Ramsey co-hosts, Jade Warshaw and Ken Coleman, have different opinions on how Serenity could handle this delicate — but common — situation.

Spiraling out of control

Although Serenity is excited to support her friend, she is apprehensive about the costs.

Since she’s already paid $700 for flights and the hotel stay, and both are nonrefundable, she’s not planning on bailing altogether. But as the event gets closer, details about the weekend’s activities are coming out. And it’s clear that the weekend could get very expensive quickly.

“Every activity is at least $150,” said Serenity.

In total, she had planned for $400 in spending money for the three-day weekend. But, with the latest details, she expects all of the activities to add up to about $650.

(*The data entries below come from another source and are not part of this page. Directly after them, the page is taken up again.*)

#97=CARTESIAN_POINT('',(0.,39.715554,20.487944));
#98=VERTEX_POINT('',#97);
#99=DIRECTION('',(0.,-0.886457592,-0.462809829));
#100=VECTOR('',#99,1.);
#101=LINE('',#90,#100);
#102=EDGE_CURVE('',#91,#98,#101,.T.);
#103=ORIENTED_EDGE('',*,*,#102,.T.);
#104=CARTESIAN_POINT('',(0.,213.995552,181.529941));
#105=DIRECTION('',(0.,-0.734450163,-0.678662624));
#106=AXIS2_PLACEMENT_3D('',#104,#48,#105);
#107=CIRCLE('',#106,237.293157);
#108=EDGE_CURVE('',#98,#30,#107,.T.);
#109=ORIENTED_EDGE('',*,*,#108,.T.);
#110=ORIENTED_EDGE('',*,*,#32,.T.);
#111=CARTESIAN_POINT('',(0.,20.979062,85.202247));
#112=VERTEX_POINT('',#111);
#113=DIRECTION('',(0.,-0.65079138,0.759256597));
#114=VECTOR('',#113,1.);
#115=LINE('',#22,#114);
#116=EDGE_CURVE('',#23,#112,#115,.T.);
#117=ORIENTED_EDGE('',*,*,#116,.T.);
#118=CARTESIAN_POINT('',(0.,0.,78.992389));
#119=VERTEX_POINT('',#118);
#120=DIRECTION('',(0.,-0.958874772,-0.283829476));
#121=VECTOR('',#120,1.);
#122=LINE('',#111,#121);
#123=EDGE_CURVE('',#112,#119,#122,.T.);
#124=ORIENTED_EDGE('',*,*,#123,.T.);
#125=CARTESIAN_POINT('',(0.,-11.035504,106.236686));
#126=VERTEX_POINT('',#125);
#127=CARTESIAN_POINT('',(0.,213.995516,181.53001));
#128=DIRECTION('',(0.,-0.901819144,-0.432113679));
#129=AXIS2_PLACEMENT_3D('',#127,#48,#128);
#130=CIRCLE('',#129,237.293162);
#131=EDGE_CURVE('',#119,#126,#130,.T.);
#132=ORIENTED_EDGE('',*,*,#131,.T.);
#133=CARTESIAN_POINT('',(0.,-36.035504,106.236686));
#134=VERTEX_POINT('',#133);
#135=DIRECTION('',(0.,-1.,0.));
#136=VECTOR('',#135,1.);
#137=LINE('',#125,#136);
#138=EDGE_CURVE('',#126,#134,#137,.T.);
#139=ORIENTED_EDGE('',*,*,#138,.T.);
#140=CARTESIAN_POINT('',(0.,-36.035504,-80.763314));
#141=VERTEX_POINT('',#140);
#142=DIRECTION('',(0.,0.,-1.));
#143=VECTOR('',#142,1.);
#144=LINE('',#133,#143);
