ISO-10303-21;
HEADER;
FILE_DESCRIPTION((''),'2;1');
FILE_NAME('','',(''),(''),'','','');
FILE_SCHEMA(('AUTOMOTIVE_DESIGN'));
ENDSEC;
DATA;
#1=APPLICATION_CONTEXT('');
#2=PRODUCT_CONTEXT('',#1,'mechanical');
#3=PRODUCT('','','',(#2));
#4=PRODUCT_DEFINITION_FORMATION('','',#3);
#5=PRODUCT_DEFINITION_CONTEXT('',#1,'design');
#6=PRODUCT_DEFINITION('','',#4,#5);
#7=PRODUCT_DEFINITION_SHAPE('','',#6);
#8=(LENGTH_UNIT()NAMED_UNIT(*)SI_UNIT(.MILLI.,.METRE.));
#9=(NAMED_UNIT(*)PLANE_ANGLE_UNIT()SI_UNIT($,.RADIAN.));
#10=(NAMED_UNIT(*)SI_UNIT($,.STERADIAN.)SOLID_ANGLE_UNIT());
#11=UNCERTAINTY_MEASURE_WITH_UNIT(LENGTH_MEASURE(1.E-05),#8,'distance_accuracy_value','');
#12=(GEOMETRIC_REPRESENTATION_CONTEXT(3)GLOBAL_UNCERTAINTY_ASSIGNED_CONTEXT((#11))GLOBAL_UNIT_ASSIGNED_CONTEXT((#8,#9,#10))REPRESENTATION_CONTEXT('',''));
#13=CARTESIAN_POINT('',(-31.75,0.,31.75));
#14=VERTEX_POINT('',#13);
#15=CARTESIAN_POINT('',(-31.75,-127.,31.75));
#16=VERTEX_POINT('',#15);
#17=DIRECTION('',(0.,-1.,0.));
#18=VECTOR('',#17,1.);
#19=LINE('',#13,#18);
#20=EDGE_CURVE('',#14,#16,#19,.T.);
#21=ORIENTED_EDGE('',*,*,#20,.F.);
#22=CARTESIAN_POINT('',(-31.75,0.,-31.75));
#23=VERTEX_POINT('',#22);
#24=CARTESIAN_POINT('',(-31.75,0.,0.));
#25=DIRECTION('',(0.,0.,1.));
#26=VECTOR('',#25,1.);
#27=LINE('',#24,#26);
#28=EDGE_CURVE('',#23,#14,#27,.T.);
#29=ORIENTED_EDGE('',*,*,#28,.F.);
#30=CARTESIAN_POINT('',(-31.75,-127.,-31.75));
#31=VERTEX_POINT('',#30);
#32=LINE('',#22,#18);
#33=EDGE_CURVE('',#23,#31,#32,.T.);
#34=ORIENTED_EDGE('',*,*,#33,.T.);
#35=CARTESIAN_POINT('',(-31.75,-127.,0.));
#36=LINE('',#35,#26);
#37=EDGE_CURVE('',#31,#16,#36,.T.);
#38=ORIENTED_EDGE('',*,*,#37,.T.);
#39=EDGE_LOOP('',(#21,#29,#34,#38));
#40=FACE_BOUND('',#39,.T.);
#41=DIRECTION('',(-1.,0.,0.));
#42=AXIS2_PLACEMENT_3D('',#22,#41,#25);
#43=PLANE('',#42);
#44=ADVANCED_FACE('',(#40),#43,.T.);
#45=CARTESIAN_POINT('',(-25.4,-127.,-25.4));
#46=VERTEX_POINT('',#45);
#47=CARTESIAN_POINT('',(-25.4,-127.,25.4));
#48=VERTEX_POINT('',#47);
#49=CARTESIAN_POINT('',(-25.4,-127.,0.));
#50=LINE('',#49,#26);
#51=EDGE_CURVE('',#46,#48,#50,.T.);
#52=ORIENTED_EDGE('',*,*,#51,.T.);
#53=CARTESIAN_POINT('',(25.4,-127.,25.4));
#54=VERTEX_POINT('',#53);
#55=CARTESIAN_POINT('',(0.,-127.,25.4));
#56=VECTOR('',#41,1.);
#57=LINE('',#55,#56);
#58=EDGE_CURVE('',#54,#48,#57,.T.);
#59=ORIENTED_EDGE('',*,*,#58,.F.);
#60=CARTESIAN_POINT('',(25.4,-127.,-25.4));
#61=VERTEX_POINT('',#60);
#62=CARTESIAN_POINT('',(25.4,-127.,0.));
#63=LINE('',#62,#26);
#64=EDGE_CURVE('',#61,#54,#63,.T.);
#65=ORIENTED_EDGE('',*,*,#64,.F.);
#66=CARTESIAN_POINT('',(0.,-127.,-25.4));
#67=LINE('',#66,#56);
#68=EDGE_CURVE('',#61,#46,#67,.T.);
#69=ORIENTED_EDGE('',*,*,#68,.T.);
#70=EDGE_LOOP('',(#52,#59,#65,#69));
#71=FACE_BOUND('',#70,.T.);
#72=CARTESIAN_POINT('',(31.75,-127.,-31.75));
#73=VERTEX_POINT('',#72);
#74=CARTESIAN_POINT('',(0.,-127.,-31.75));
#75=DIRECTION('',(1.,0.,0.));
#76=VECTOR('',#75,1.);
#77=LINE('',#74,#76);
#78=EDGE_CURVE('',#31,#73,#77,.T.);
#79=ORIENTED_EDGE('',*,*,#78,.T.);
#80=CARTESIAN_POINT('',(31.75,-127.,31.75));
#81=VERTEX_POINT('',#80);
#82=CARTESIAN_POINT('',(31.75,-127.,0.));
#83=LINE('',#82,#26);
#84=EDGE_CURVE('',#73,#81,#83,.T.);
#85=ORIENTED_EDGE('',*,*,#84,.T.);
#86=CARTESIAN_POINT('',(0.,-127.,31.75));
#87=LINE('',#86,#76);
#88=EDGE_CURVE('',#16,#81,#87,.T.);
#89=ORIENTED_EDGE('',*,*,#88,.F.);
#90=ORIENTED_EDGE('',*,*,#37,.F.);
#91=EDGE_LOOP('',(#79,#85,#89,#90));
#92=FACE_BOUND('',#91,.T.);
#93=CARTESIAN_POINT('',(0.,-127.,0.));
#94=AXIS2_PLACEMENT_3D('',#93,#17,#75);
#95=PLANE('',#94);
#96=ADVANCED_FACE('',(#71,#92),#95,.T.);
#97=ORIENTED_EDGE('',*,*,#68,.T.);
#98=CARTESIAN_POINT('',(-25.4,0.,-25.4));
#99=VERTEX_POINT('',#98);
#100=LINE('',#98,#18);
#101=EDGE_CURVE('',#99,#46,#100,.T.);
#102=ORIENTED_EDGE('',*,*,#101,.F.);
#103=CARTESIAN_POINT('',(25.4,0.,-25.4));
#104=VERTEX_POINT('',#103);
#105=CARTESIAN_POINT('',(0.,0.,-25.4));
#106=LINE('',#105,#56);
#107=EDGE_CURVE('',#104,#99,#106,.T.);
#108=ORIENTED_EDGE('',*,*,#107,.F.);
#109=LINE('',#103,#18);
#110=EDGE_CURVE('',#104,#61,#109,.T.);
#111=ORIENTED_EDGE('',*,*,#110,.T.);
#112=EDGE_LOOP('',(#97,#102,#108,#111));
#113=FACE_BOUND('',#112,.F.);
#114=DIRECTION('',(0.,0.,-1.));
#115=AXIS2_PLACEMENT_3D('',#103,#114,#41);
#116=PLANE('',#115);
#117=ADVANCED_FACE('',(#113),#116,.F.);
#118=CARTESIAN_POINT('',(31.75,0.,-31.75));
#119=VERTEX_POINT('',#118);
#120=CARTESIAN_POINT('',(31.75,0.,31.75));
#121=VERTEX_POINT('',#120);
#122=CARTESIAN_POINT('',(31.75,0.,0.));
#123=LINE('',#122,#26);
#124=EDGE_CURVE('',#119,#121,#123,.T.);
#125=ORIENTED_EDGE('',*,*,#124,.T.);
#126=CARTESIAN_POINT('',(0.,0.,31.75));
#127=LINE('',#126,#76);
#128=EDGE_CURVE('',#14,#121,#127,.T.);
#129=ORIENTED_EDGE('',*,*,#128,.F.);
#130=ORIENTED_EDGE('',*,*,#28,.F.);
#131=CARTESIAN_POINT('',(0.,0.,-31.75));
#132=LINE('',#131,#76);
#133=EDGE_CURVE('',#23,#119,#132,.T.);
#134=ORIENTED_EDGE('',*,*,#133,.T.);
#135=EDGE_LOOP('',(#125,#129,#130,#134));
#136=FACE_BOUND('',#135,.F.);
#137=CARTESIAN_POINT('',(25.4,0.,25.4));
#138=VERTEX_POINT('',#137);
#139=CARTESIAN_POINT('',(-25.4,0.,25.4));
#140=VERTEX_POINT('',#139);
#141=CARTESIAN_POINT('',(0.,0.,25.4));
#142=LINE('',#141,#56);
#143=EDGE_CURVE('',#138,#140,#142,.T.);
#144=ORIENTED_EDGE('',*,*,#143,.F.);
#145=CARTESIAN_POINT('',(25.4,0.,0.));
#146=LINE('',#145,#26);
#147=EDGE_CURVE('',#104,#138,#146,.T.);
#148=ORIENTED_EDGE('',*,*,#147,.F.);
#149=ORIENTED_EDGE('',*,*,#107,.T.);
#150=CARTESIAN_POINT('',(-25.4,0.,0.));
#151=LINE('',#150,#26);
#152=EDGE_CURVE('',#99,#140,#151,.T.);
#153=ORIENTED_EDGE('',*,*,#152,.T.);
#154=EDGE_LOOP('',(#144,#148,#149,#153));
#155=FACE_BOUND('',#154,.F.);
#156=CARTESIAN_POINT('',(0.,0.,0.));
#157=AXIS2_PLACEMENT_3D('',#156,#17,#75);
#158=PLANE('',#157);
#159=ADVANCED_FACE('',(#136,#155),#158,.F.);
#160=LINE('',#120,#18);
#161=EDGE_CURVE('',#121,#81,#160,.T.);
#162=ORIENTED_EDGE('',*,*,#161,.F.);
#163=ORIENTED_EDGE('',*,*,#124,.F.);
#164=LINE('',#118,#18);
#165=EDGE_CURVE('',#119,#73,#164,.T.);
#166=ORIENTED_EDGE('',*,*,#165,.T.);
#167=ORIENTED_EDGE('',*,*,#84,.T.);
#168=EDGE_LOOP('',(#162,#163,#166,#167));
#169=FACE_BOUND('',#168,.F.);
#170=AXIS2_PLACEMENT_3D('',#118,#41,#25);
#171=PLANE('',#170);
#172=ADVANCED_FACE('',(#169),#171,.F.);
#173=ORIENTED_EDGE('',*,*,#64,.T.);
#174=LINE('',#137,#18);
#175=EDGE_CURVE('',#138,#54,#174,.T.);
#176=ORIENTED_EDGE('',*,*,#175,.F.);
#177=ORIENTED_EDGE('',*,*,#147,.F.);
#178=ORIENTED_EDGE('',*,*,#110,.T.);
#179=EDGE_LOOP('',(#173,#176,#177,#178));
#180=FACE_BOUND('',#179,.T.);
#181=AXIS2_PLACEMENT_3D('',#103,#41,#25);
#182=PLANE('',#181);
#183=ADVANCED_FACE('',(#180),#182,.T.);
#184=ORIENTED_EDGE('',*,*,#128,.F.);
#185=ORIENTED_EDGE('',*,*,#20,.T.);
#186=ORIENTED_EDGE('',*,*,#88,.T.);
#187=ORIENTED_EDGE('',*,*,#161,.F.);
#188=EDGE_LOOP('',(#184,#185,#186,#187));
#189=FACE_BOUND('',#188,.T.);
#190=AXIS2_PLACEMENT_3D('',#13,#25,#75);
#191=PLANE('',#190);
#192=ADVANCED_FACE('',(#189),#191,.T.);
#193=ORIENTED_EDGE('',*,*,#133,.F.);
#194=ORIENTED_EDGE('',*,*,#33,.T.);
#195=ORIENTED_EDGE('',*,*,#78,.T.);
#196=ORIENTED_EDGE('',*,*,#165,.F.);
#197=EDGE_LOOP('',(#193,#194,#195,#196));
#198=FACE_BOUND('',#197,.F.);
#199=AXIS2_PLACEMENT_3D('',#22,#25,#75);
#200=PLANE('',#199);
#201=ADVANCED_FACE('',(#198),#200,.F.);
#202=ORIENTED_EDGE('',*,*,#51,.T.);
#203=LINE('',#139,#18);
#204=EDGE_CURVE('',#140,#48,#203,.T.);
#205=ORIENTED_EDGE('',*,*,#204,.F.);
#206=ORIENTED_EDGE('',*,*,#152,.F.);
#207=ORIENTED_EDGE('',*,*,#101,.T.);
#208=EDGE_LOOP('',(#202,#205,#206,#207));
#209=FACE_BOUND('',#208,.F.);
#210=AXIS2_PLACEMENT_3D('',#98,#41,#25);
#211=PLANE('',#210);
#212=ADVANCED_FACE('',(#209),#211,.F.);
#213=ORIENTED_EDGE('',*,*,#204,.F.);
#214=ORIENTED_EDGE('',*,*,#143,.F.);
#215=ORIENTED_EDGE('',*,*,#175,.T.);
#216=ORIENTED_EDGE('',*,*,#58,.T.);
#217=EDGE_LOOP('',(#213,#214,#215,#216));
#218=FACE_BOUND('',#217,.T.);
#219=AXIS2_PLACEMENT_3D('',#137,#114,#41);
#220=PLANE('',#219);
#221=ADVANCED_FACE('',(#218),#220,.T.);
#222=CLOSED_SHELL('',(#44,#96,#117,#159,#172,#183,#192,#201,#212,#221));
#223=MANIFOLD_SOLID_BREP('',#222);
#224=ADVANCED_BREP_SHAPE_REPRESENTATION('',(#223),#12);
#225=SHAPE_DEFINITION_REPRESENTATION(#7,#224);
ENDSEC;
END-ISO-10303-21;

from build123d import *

# Parameters (mm, degrees)
F0_W     = 63.5
F0_H     = 63.5
F1_DEPTH = 127
F2_W     = 50.8
F2_H     = 50.8
F3_DEPTH = 127


with BuildPart() as f1:
    # F0 (on Front) → F1 (new body)
    with BuildSketch(Plane.XZ):
        Rectangle(F0_W, F0_H)
    extrude(amount=F1_DEPTH)

    # F2 (on face) → F3 (cut)
    with BuildSketch(Plane(origin=(0, 0, 0), x_dir=(-1, 0, 0), z_dir=(0, 1, 0))):
        Rectangle(F2_W, F2_H)
    extrude(amount=-F3_DEPTH, mode=Mode.SUBTRACT)


solid = f1.part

Warshaw jumped in with, “I do feel like it can be a little tone-deaf to have these big bachelorette trips. You’re already in the wedding, you already have to get a dress or a tuxedo, and then don’t let it be a destination wedding.”

At this point, Coleman pointed out that Serenity isn’t actually in the wedding party, and he began to try offering some practical suggestions. He acknowledged that Warshaw is "upset" that Serenity is even going on the trip.

“I’m trying to help her with her reality,” he said, and proceeded to suggest Serenity pick and choose what activities she attends based on her budget. Since she has $400 to spend on the weekend, she’d only need to skip out on one or two activities to make the trip work for her budget.

Coleman suggested politely finding an excuse for the other activities. For example, she might claim to have a headache to skip out on one of the pre-scheduled events.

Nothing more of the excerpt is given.